どうしてほしいの、この僕に
 そう考えるとこれは本当に恋人関係と呼べるのだろうか。やっぱりからかわれているだけなのかも。
 だからこんな曖昧な状態でキスより先に進んでしまうのはよくないと思う。
 ここまで来てはじめてわかったけど、キスにしろ、そこから先のことにしろ、互いの気持ちが見えないままでも簡単にできてしまうし、実際の行為は強烈な刺激となって都合のいい錯覚を呼び起こしかねない。つまり私は優輝に愛されていると勘違いしそうで、それが怖くて仕方ないのだ。
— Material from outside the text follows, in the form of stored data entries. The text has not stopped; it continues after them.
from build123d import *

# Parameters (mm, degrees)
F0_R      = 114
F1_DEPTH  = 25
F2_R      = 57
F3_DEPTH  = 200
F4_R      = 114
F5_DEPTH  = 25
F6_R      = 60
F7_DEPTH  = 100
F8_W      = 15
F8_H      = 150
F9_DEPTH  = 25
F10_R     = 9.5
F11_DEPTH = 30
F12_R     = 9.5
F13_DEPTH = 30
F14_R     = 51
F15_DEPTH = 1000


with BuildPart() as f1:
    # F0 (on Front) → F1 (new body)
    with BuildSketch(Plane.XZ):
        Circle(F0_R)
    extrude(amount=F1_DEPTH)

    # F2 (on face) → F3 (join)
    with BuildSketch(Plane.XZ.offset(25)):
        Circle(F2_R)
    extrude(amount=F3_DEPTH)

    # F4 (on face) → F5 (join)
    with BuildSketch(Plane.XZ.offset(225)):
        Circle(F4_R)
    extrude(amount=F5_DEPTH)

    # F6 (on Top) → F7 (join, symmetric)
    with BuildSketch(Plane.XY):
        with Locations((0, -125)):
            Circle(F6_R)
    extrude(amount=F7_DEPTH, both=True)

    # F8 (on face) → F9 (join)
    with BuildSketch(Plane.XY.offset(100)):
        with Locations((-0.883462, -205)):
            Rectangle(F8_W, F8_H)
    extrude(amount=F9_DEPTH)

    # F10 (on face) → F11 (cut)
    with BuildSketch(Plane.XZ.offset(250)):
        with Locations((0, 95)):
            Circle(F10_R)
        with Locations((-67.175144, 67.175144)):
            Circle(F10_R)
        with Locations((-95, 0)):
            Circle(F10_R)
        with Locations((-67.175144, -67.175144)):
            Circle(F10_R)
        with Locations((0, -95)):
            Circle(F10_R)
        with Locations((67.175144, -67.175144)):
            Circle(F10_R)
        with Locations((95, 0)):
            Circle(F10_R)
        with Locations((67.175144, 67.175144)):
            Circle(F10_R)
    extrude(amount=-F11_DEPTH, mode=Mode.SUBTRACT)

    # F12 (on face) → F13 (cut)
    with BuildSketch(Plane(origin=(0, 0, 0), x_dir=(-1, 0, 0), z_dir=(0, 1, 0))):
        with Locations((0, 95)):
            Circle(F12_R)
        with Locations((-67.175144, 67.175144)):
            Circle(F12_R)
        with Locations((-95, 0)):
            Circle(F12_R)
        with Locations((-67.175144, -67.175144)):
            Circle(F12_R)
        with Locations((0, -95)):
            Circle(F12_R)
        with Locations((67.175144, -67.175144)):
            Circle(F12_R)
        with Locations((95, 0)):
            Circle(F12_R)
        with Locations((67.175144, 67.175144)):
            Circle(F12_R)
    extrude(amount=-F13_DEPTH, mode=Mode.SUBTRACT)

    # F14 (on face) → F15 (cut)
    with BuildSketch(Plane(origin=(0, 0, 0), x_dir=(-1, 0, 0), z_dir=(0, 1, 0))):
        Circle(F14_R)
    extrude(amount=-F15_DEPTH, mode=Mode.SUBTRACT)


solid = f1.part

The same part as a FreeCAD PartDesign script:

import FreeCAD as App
import Part
import Sketcher
from FreeCAD import Vector


def add_polygon(sketch, points):
    """Adds a closed chain of lines whose ends are joined by coincident constraints."""
    first, n = sketch.GeometryCount, len(points)
    for a, b in zip(points, points[1:] + points[:1]):
        sketch.addGeometry(Part.LineSegment(App.Vector(*a, 0), App.Vector(*b, 0)), False)
    for i in range(n):
        sketch.addConstraint(Sketcher.Constraint("Coincident", first + i, 2, first + (i + 1) % n, 1))

doc = App.newDocument("Part")
body = doc.addObject("PartDesign::Body", "Body")

# Sketch on XZ plane
sketch1 = body.newObject("Sketcher::SketchObject", "Sketch")
sketch1.AttachmentSupport = (doc.getObject("XZ_Plane"), [""])
sketch1.MapMode = "FlatFace"
sketch1.addGeometry(Part.Circle(Vector(0, 0, 0), Vector(0, 0, 1), 114), False)
sketch1.addConstraint(Sketcher.Constraint("Coincident", 0, 3, -1, 1))
sketch1.addConstraint(Sketcher.Constraint("Diameter", 0, 228.0))
pad1 = body.newObject("PartDesign::Pad", "Pad")
pad1.Profile = sketch1
pad1.Length = 25

# Sketch on XZ plane
sketch2 = body.newObject("Sketcher::SketchObject", "Sketch001")
sketch2.AttachmentSupport = (doc.getObject("XZ_Plane"), [""])
sketch2.MapMode = "FlatFace"
sketch2.AttachmentOffset = App.Placement(Vector(0, 0, 25), App.Rotation())
sketch2.addGeometry(Part.Circle(Vector(0, 0, 0), Vector(0, 0, 1), 57), False)
sketch2.addConstraint(Sketcher.Constraint("Coincident", 0, 3, -1, 1))
sketch2.addConstraint(Sketcher.Constraint("Diameter", 0, 114.0))
pad2 = body.newObject("PartDesign::Pad", "Pad001")
pad2.Profile = sketch2
pad2.Length = 200

# Sketch on XZ plane
sketch3 = body.newObject("Sketcher::SketchObject", "Sketch002")
sketch3.AttachmentSupport = (doc.getObject("XZ_Plane"), [""])
sketch3.MapMode = "FlatFace"
sketch3.AttachmentOffset = App.Placement(Vector(0, 0, 225), App.Rotation())
sketch3.addGeometry(Part.Circle(Vector(0, 0, 0), Vector(0, 0, 1), 114), False)
sketch3.addConstraint(Sketcher.Constraint("Coincident", 0, 3, -1, 1))
sketch3.addConstraint(Sketcher.Constraint("Diameter", 0, 228.0))
pad3 = body.newObject("PartDesign::Pad", "Pad002")
pad3.Profile = sketch3
pad3.Length = 25

# Sketch on XY plane
sketch4 = body.newObject("Sketcher::SketchObject", "Sketch003")
sketch4.AttachmentSupport = (doc.getObject("XY_Plane"), [""])
sketch4.MapMode = "FlatFace"
sketch4.addGeometry(Part.Circle(Vector(0, -125, 0), Vector(0, 0, 1), 60), False)
sketch4.addConstraint(Sketcher.Constraint("PointOnObject", 0, 3, -2))
sketch4.addConstraint(Sketcher.Constraint("Diameter", 0, 120.0))
sketch4.addConstraint(Sketcher.Constraint("DistanceY", 0, 3, -1, 1, 125.0))
pad4 = body.newObject("PartDesign::Pad", "Pad003")
pad4.Profile = sketch4
pad4.Length = 200
pad4.Midplane = True

# Sketch on XY plane
sketch5 = body.newObject("Sketcher::SketchObject", "Sketch004")
sketch5.AttachmentSupport = (doc.getObject("XY_Plane"), [""])
sketch5.MapMode = "FlatFace"
sketch5.AttachmentOffset = App.Placement(Vector(0, 0, 100), App.Rotation())
add_polygon(sketch5, [(-8, -130), (-8, -280), (7, -280), (7, -130)])  # lines 0-3
sketch5.addConstraint(Sketcher.Constraint("Vertical", 0))
sketch5.addConstraint(Sketcher.Constraint("Horizontal", 1))
sketch5.addConstraint(Sketcher.Constraint("Vertical", 2))
sketch5.addConstraint(Sketcher.Constraint("Horizontal", 3))
sketch5.addConstraint(Sketcher.Constraint("DistanceX", 1, 1, 1, 2, 15.0))
sketch5.addConstraint(Sketcher.Constraint("DistanceY", 0, 2, 0, 1, 150.0))
sketch5.addConstraint(Sketcher.Constraint("DistanceY", 0, 2, -1, 1, 280.0))
sketch5.addConstraint(Sketcher.Constraint("DistanceX", -1, 1, 1, 2, 6.616538))
pad5 = body.newObject("PartDesign::Pad", "Pad004")
pad5.Profile = sketch5
pad5.Length = 25

# Sketch on XZ plane
sketch6 = body.newObject("Sketcher::SketchObject", "Sketch005")
sketch6.AttachmentSupport = (doc.getObject("XZ_Plane"), [""])
sketch6.MapMode = "FlatFace"
sketch6.AttachmentOffset = App.Placement(Vector(0, 0, 250), App.Rotation())
sketch6.addGeometry(Part.Circle(Vector(0, 95, 0), Vector(0, 0, 1), 10), False)
sketch6.addGeometry(Part.Circle(Vector(-67, 67, 0), Vector(0, 0, 1), 10), False)
sketch6.addGeometry(Part.Circle(Vector(-95, 0, 0), Vector(0, 0, 1), 10), False)
sketch6.addGeometry(Part.Circle(Vector(-67, -67, 0), Vector(0, 0, 1), 10), False)
sketch6.addGeometry(Part.Circle(Vector(0, -95, 0), Vector(0, 0, 1), 10), False)
sketch6.addGeometry(Part.Circle(Vector(67, -67, 0), Vector(0, 0, 1), 10), False)
sketch6.addGeometry(Part.Circle(Vector(95, 0, 0), Vector(0, 0, 1), 10), False)
sketch6.addGeometry(Part.Circle(Vector(67, 67, 0), Vector(0, 0, 1), 10), False)
sketch6.addConstraint(Sketcher.Constraint("Equal", 0, 1))
sketch6.addConstraint(Sketcher.Constraint("Equal", 1, 2))
sketch6.addConstraint(Sketcher.Constraint("Equal", 2, 3))
sketch6.addConstraint(Sketcher.Constraint("Equal", 3, 4))
sketch6.addConstraint(Sketcher.Constraint("Equal", 4, 5))
sketch6.addConstraint(Sketcher.Constraint("Equal", 5, 6))
sketch6.addConstraint(Sketcher.Constraint("Equal", 6, 7))
sketch6.addConstraint(Sketcher.Constraint("Symmetric", 0, 3, 4, 3, -1, 1))
sketch6.addConstraint(Sketcher.Constraint("Symmetric", 1, 3, 5, 3, -1, 1))
sketch6.addConstraint(Sketcher.Constraint("Symmetric", 2, 3, 6, 3, -1, 1))
sketch6.addConstraint(Sketcher.Constraint("Symmetric", 3, 3, 7, 3, -1, 1))
sketch6.addConstraint(Sketcher.Constraint("Symmetric", 3, 3, 5, 3, -2))
sketch6.addConstraint(Sketcher.Constraint("PointOnObject", 0, 3, -2))
sketch6.addConstraint(Sketcher.Constraint("PointOnObject", 2, 3, -1))
sketch6.addConstraint(Sketcher.Constraint("Diameter", 0, 19.0))
sketch6.addConstraint(Sketcher.Constraint("DistanceY", -1, 1, 0, 3, 95.0))
sketch6.addConstraint(Sketcher.Constraint("DistanceX", 2, 3, -1, 1, 95.0))
sketch6.addConstraint(Sketcher.Constraint("DistanceY", 3, 3, 1, 3, 134.350288))
sketch6.addConstraint(Sketcher.Constraint("DistanceX", 3, 3, 5, 3, 134.350288))
pocket1 = body.newObject("PartDesign::Pocket", "Pocket")
pocket1.Profile = sketch6
pocket1.Length = 30

# Sketch on XZ plane
sketch7 = body.newObject("Sketcher::SketchObject", "Sketch006")
sketch7.AttachmentSupport = (doc.getObject("XZ_Plane"), [""])
sketch7.MapMode = "FlatFace"
sketch7.addGeometry(Part.Circle(Vector(0, 95, 0), Vector(0, 0, 1), 10), False)
sketch7.addGeometry(Part.Circle(Vector(67, 67, 0), Vector(0, 0, 1), 10), False)
sketch7.addGeometry(Part.Circle(Vector(95, 0, 0), Vector(0, 0, 1), 10), False)
sketch7.addGeometry(Part.Circle(Vector(67, -67, 0), Vector(0, 0, 1), 10), False)
sketch7.addGeometry(Part.Circle(Vector(0, -95, 0), Vector(0, 0, 1), 10), False)
sketch7.addGeometry(Part.Circle(Vector(-67, -67, 0), Vector(0, 0, 1), 10), False)
sketch7.addGeometry(Part.Circle(Vector(-95, 0, 0), Vector(0, 0, 1), 10), False)
sketch7.addGeometry(Part.Circle(Vector(-67, 67, 0), Vector(0, 0, 1), 10), False)
sketch7.addConstraint(Sketcher.Constraint("Equal", 0, 1))
sketch7.addConstraint(Sketcher.Constraint("Equal", 1, 2))
sketch7.addConstraint(Sketcher.Constraint("Equal", 2, 3))
sketch7.addConstraint(Sketcher.Constraint("Equal", 3, 4))
sketch7.addConstraint(Sketcher.Constraint("Equal", 4, 5))
sketch7.addConstraint(Sketcher.Constraint("Equal", 5, 6))
sketch7.addConstraint(Sketcher.Constraint("Equal", 6, 7))
sketch7.addConstraint(Sketcher.Constraint("Symmetric", 0, 3, 4, 3, -1, 1))
sketch7.addConstraint(Sketcher.Constraint("Symmetric", 1, 3, 5, 3, -1, 1))
sketch7.addConstraint(Sketcher.Constraint("Symmetric", 2, 3, 6, 3, -1, 1))
sketch7.addConstraint(Sketcher.Constraint("Symmetric", 3, 3, 7, 3, -1, 1))
sketch7.addConstraint(Sketcher.Constraint("Symmetric", 3, 3, 5, 3, -2))
sketch7.addConstraint(Sketcher.Constraint("PointOnObject", 0, 3, -2))
sketch7.addConstraint(Sketcher.Constraint("PointOnObject", 2, 3, -1))
sketch7.addConstraint(Sketcher.Constraint("Diameter", 0, 19.0))
sketch7.addConstraint(Sketcher.Constraint("DistanceY", -1, 1, 0, 3, 95.0))
sketch7.addConstraint(Sketcher.Constraint("DistanceX", -1, 1, 2, 3, 95.0))
sketch7.addConstraint(Sketcher.Constraint("DistanceY", 3, 3, 1, 3, 134.350288))
sketch7.addConstraint(Sketcher.Constraint("DistanceX", 5, 3, 3, 3, 134.350288))
pocket2 = body.newObject("PartDesign::Pocket", "Pocket001")
pocket2.Profile = sketch7
pocket2.Length = 30
pocket2.Reversed = True

# Sketch on XZ plane
sketch8 = body.newObject("Sketcher::SketchObject", "Sketch007")
sketch8.AttachmentSupport = (doc.getObject("XZ_Plane"), [""])
sketch8.MapMode = "FlatFace"
sketch8.addGeometry(Part.Circle(Vector(0, 0, 0), Vector(0, 0, 1), 51), False)
sketch8.addConstraint(Sketcher.Constraint("Coincident", 0, 3, -1, 1))
sketch8.addConstraint(Sketcher.Constraint("Diameter", 0, 102.0))
pocket3 = body.newObject("PartDesign::Pocket", "Pocket002")
pocket3.Profile = sketch8
pocket3.Length = 1000
pocket3.Reversed = True

doc.recompute()
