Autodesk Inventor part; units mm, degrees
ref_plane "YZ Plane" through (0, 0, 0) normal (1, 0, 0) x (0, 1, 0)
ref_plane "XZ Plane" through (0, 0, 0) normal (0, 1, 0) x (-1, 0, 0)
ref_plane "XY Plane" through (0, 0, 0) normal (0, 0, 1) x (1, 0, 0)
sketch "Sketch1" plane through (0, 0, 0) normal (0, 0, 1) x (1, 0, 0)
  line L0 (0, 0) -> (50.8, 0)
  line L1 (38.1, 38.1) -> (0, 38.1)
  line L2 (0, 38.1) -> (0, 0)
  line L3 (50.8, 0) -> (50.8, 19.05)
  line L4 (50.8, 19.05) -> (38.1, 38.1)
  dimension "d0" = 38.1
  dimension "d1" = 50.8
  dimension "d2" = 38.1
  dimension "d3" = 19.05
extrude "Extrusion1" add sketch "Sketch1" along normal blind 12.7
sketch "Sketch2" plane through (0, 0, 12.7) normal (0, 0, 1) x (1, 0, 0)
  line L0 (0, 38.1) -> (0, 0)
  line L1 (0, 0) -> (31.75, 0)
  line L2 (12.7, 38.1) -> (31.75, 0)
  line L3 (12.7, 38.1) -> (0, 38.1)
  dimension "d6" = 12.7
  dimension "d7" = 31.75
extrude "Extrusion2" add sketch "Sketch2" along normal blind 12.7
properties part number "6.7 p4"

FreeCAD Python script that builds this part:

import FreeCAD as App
import Part
import Sketcher
Q = App.Units.Quantity


def add_polygon(sketch, points):
    """Adds a closed chain of lines whose ends are joined by coincident constraints."""
    first, n = sketch.GeometryCount, len(points)
    for a, b in zip(points, points[1:] + points[:1]):
        sketch.addGeometry(Part.LineSegment(App.Vector(*a, 0), App.Vector(*b, 0)), False)
    for i in range(n):
        sketch.addConstraint(Sketcher.Constraint("Coincident", first + i, 2, first + (i + 1) % n, 1))

doc = App.newDocument("Part")
body = doc.addObject("PartDesign::Body", "Body")

# Sketch on XY plane
sketch1 = body.newObject("Sketcher::SketchObject", "Sketch")
sketch1.AttachmentSupport = (doc.getObject("XY_Plane"), [""])
sketch1.MapMode = "FlatFace"
add_polygon(sketch1, [(0, 38.1), (0, 0), (50.8, 0), (50.8, 19.05), (38.1, 38.1)])  # lines 0-4
sketch1.addConstraint([
    Sketcher.Constraint("Vertical", 0),
    Sketcher.Constraint("Horizontal", 1),
    Sketcher.Constraint("Vertical", 2),
    Sketcher.Constraint("Horizontal", 4),
    Sketcher.Constraint("Coincident", 0, 2, -1, 1),
    Sketcher.Constraint("Equal", 4, 0),
    Sketcher.Constraint("DistanceX", 1, 1, 1, 2, Q("2 in")),
    Sketcher.Constraint("DistanceX", 4, 2, 4, 1, Q("1.5 in")),
    Sketcher.Constraint("DistanceY", 2, 1, 2, 2, Q("0.75 in")),
])
pad1 = body.newObject("PartDesign::Pad", "Pad")
pad1.Profile = sketch1
pad1.Length = Q("0.5 in")

# Sketch on XY plane
sketch2 = body.newObject("Sketcher::SketchObject", "Sketch001")
sketch2.AttachmentSupport = (doc.getObject("XY_Plane"), [""])
sketch2.MapMode = "FlatFace"
sketch2.AttachmentOffset = App.Placement(App.Vector(0, 0, 0.5 * 25.4), App.Rotation())
add_polygon(sketch2, [(12.7, 38.1), (0, 38.1), (0, 0), (31.75, 0)])  # lines 0-3
sketch2.addConstraint([
    Sketcher.Constraint("Horizontal", 0),
    Sketcher.Constraint("Vertical", 1),
    Sketcher.Constraint("Horizontal", 2),
    Sketcher.Constraint("Coincident", 1, 2, -1, 1),
    Sketcher.Constraint("DistanceX", 0, 2, 0, 1, Q("0.5 in")),
    Sketcher.Constraint("DistanceX", 2, 1, 2, 2, Q("1.25 in")),
    Sketcher.Constraint("DistanceY", 1, 2, 1, 1, Q("1.5 in")),
])
pad2 = body.newObject("PartDesign::Pad", "Pad001")
pad2.Profile = sketch2
pad2.Length = Q("0.5 in")

doc.recompute()
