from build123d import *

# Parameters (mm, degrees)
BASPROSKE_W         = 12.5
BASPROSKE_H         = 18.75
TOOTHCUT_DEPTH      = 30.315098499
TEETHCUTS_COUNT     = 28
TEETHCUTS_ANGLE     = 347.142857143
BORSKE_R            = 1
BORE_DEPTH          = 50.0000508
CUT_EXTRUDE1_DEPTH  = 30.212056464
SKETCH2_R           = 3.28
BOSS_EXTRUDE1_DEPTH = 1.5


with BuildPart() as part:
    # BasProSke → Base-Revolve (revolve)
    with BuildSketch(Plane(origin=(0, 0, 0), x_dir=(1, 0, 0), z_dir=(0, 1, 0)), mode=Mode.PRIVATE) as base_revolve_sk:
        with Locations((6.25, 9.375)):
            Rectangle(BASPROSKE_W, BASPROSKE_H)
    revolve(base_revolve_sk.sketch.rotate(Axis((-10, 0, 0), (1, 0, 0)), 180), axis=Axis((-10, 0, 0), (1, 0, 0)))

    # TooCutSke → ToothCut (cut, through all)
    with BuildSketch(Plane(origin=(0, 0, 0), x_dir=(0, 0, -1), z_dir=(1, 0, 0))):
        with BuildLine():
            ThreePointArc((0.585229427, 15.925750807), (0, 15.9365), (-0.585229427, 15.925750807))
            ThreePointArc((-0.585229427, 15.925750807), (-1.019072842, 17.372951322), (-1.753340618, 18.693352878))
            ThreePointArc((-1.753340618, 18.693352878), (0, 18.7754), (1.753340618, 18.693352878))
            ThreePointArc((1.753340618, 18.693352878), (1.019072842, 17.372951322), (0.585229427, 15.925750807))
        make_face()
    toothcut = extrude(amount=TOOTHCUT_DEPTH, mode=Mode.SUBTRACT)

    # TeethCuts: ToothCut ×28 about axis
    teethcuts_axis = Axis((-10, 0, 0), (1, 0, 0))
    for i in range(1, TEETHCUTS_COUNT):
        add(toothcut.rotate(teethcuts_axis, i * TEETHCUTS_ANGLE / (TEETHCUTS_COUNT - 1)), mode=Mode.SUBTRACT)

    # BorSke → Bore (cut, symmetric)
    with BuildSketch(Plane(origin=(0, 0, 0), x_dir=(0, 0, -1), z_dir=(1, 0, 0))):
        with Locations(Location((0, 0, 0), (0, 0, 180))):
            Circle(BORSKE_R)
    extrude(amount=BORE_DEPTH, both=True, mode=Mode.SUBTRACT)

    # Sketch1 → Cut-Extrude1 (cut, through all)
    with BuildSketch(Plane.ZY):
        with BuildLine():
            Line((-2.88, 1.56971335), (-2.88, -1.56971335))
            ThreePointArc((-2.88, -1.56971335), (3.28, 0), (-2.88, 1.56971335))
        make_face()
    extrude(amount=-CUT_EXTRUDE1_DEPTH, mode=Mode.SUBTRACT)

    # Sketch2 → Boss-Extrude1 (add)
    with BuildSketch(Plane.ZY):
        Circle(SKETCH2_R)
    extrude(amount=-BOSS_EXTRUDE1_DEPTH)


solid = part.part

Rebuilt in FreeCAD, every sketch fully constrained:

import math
import FreeCAD as App
import Part
import Sketcher
from FreeCAD import Vector
Q = App.Units.Quantity

doc = App.newDocument("Part")
body = doc.addObject("PartDesign::Body", "Body")

# Sketch on XZ plane
sketch1 = body.newObject("Sketcher::SketchObject", "Sketch")
sketch1.AttachmentSupport = (doc.getObject("XZ_Plane"), [""])
sketch1.MapMode = "FlatFace"
sketch1.addGeometry(Part.LineSegment(Vector(0, -19, 0), Vector(0, 0, 0)), False)
sketch1.addGeometry(Part.LineSegment(Vector(0, 0, 0), Vector(12, 0, 0)), False)
sketch1.addGeometry(Part.LineSegment(Vector(12, 0, 0), Vector(12, -19, 0)), False)
sketch1.addGeometry(Part.LineSegment(Vector(12, -19, 0), Vector(0, -19, 0)), False)
sketch1.addConstraint(Sketcher.Constraint("Coincident", 0, 2, 1, 1))
sketch1.addConstraint(Sketcher.Constraint("Coincident", 1, 2, 2, 1))
sketch1.addConstraint(Sketcher.Constraint("Coincident", 2, 2, 3, 1))
sketch1.addConstraint(Sketcher.Constraint("Coincident", 3, 2, 0, 1))
sketch1.addConstraint(Sketcher.Constraint("Vertical", 0))
sketch1.addConstraint(Sketcher.Constraint("Horizontal", 1))
sketch1.addConstraint(Sketcher.Constraint("Vertical", 2))
sketch1.addConstraint(Sketcher.Constraint("Horizontal", 3))
sketch1.addConstraint(Sketcher.Constraint("Coincident", 0, 2, -1, 1))
sketch1.addConstraint(Sketcher.Constraint("DistanceX", 1, 1, 1, 2, Q("12.5 mm")))
sketch1.addConstraint(Sketcher.Constraint("DistanceY", 0, 1, 0, 2, Q("18.75 mm")))
revolution = body.newObject("PartDesign::Revolution", "Revolution")
revolution.Profile = sketch1
revolution.ReferenceAxis = (sketch1, ["H_Axis"])
revolution.Angle = 360

# Sketch on YZ plane
sketch2 = body.newObject("Sketcher::SketchObject", "Sketch001")
sketch2.AttachmentSupport = (doc.getObject("YZ_Plane"), [""])
sketch2.MapMode = "FlatFace"
sketch2.addGeometry(Part.ArcOfCircle(Part.Circle(Vector(0, 0, 0), Vector(0, 0, 1), 15.9), math.radians(-2.1), math.radians(2.1)), False)
sketch2.addGeometry(Part.ArcOfCircle(Part.Circle(Vector(14.7, -7.5, 0), Vector(0, 0, 1), 7), math.radians(55), math.radians(80)), False)
sketch2.addGeometry(Part.ArcOfCircle(Part.Circle(Vector(0, 0, 0), Vector(0, 0, 1), 18.8), math.radians(-5.36), math.radians(5.36)), False)
sketch2.addGeometry(Part.ArcOfCircle(Part.Circle(Vector(14.7, 7.5, 0), Vector(0, 0, 1), 7), math.radians(-80), math.radians(-55)), False)
sketch2.addConstraint(Sketcher.Constraint("Coincident", 0, 1, 1, 2))
sketch2.addConstraint(Sketcher.Constraint("Coincident", 1, 1, 2, 1))
sketch2.addConstraint(Sketcher.Constraint("Coincident", 2, 2, 3, 2))
sketch2.addConstraint(Sketcher.Constraint("Coincident", 3, 1, 0, 2))
sketch2.addConstraint(Sketcher.Constraint("Coincident", 0, 3, -1, 1))
sketch2.addConstraint(Sketcher.Constraint("Coincident", 2, 3, -1, 1))
sketch2.addConstraint(Sketcher.Constraint("Equal", 1, 3))
sketch2.addConstraint(Sketcher.Constraint("Symmetric", 1, 3, 3, 3, -1))
sketch2.addConstraint(Sketcher.Constraint("Radius", 1, Q("7 mm")))
sketch2.addConstraint(Sketcher.Constraint("Radius", 0, Q("15.9365 mm")))
sketch2.addConstraint(Sketcher.Constraint("Radius", 2, Q("18.7754 mm")))
sketch2.addConstraint(Sketcher.Constraint("DistanceX", -1, 1, 1, 3, Q("14.651001 mm")))
sketch2.addConstraint(Sketcher.Constraint("DistanceY", 1, 3, -1, 1, Q("7.46818 mm")))
pocket1 = body.newObject("PartDesign::Pocket", "Pocket")
pocket1.Profile = sketch2
pocket1.Type = "ThroughAll"
pocket1.Reversed = True
doc.recompute()

polarpattern = body.newObject("PartDesign::PolarPattern", "PolarPattern")
polarpattern.Originals = [pocket1]
polarpattern.Axis = (doc.getObject("X_Axis"), [""])
polarpattern.Angle = 360
polarpattern.Occurrences = 28
body.Tip = polarpattern

# Sketch on YZ plane
sketch3 = body.newObject("Sketcher::SketchObject", "Sketch002")
sketch3.AttachmentSupport = (doc.getObject("YZ_Plane"), [""])
sketch3.MapMode = "FlatFace"
sketch3.addGeometry(Part.Circle(Vector(0, 0, 0), Vector(0, 0, 1), 1), False)
sketch3.addConstraint(Sketcher.Constraint("Coincident", 0, 3, -1, 1))
sketch3.addConstraint(Sketcher.Constraint("Diameter", 0, Q("2 mm")))
pocket2 = body.newObject("PartDesign::Pocket", "Pocket001")
pocket2.Profile = sketch3
pocket2.Length = 100.000102
pocket2.Midplane = True

# Sketch on YZ plane
sketch4 = body.newObject("Sketcher::SketchObject", "Sketch003")
sketch4.AttachmentSupport = (doc.getObject("YZ_Plane"), [""])
sketch4.MapMode = "FlatFace"
sketch4.addGeometry(Part.LineSegment(Vector(1.6, -2.9, 0), Vector(-1.6, -2.9, 0)), False)
sketch4.addGeometry(Part.ArcOfCircle(Part.Circle(Vector(0, 0, 0), Vector(0, 0, 1), 3.3), math.radians(-61), math.radians(241)), False)
sketch4.addConstraint(Sketcher.Constraint("Coincident", 0, 1, 1, 1))
sketch4.addConstraint(Sketcher.Constraint("Coincident", 1, 2, 0, 2))
sketch4.addConstraint(Sketcher.Constraint("Horizontal", 0))
sketch4.addConstraint(Sketcher.Constraint("Coincident", 1, 3, -1, 1))
sketch4.addConstraint(Sketcher.Constraint("Radius", 1, Q("3.28 mm")))
sketch4.addConstraint(Sketcher.Constraint("DistanceY", 0, 1, -1, 1, Q("2.88 mm")))
pocket3 = body.newObject("PartDesign::Pocket", "Pocket002")
pocket3.Profile = sketch4
pocket3.Type = "ThroughAll"
pocket3.Reversed = True

# Sketch on YZ plane
sketch5 = body.newObject("Sketcher::SketchObject", "Sketch004")
sketch5.AttachmentSupport = (doc.getObject("YZ_Plane"), [""])
sketch5.MapMode = "FlatFace"
sketch5.addGeometry(Part.Circle(Vector(0, 0, 0), Vector(0, 0, 1), 3.3), False)
sketch5.addConstraint(Sketcher.Constraint("Coincident", 0, 3, -1, 1))
sketch5.addConstraint(Sketcher.Constraint("Diameter", 0, Q("6.56 mm")))
pad1 = body.newObject("PartDesign::Pad", "Pad")
pad1.Profile = sketch5
pad1.Length = 1.5

doc.recompute()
 どうして優輝は私を恋人にすると言い出したんだろう。それって結局、私の身体が目的なんだろうか。私じゃなくても、突然押しかけてきた女の子を家に居候させて、恋人にしたんだろうか。
 優輝の考えていることが全然わからない。
 頭の中はあれこれ考えていてせわしなかったが、手は順調に無駄なく動き、定番のグリーンサラダとベーコンとたまごやきができあがった。リンゴの皮をむいていると優輝がバスルームから出てくる音がした。我ながら最高のタイミング。
「いいにおいだな。腹減った」
 声がするほうを見ると、下着姿の優輝がバスタオルで髪をゴシゴシ拭いていた。慌てて目をそらし、ソファの着替えを手に取る。
「食べていてくださいね。私、シャワーを先に……」
 廊下へ向かおうとしたが、優輝に腕をつかまれて仕方なく振り返った。彼の髪はまだ濡れていて、前髪が目を覆うほど長い。その隙間から鋭い視線が私をとらえた。
「冷めるぞ」
「でも……」
「じゃあ俺も未莉がシャワー終わるまで待つ」
「冷めちゃいますよ」
「一緒に食べよう」
 私はぎこちなく頷いた。拒否する理由がないし、それは私にとってものすごく魅惑的な誘いだった。
「その前に」
 と、突然優輝が私の腕を強く引いた。あごに彼の長い指がかかり、上を向かされた瞬間、唇同士が触れる。
「未莉を食べたい」
「わ、私は食べものじゃないし、おいしくないです」
「それは試してみないとわからない」
「い、いや、だから、朝食が冷めちゃうのでダメです」
 私は腕を突っ張り、優輝の胸に密着するのを阻止した。彼の二の腕から肩、そして胸にかけて、しなやかで逞しい筋肉がついている。抱きしめられたらそこは温かくて、これ以上ないほど安心できる場所だということも知っている。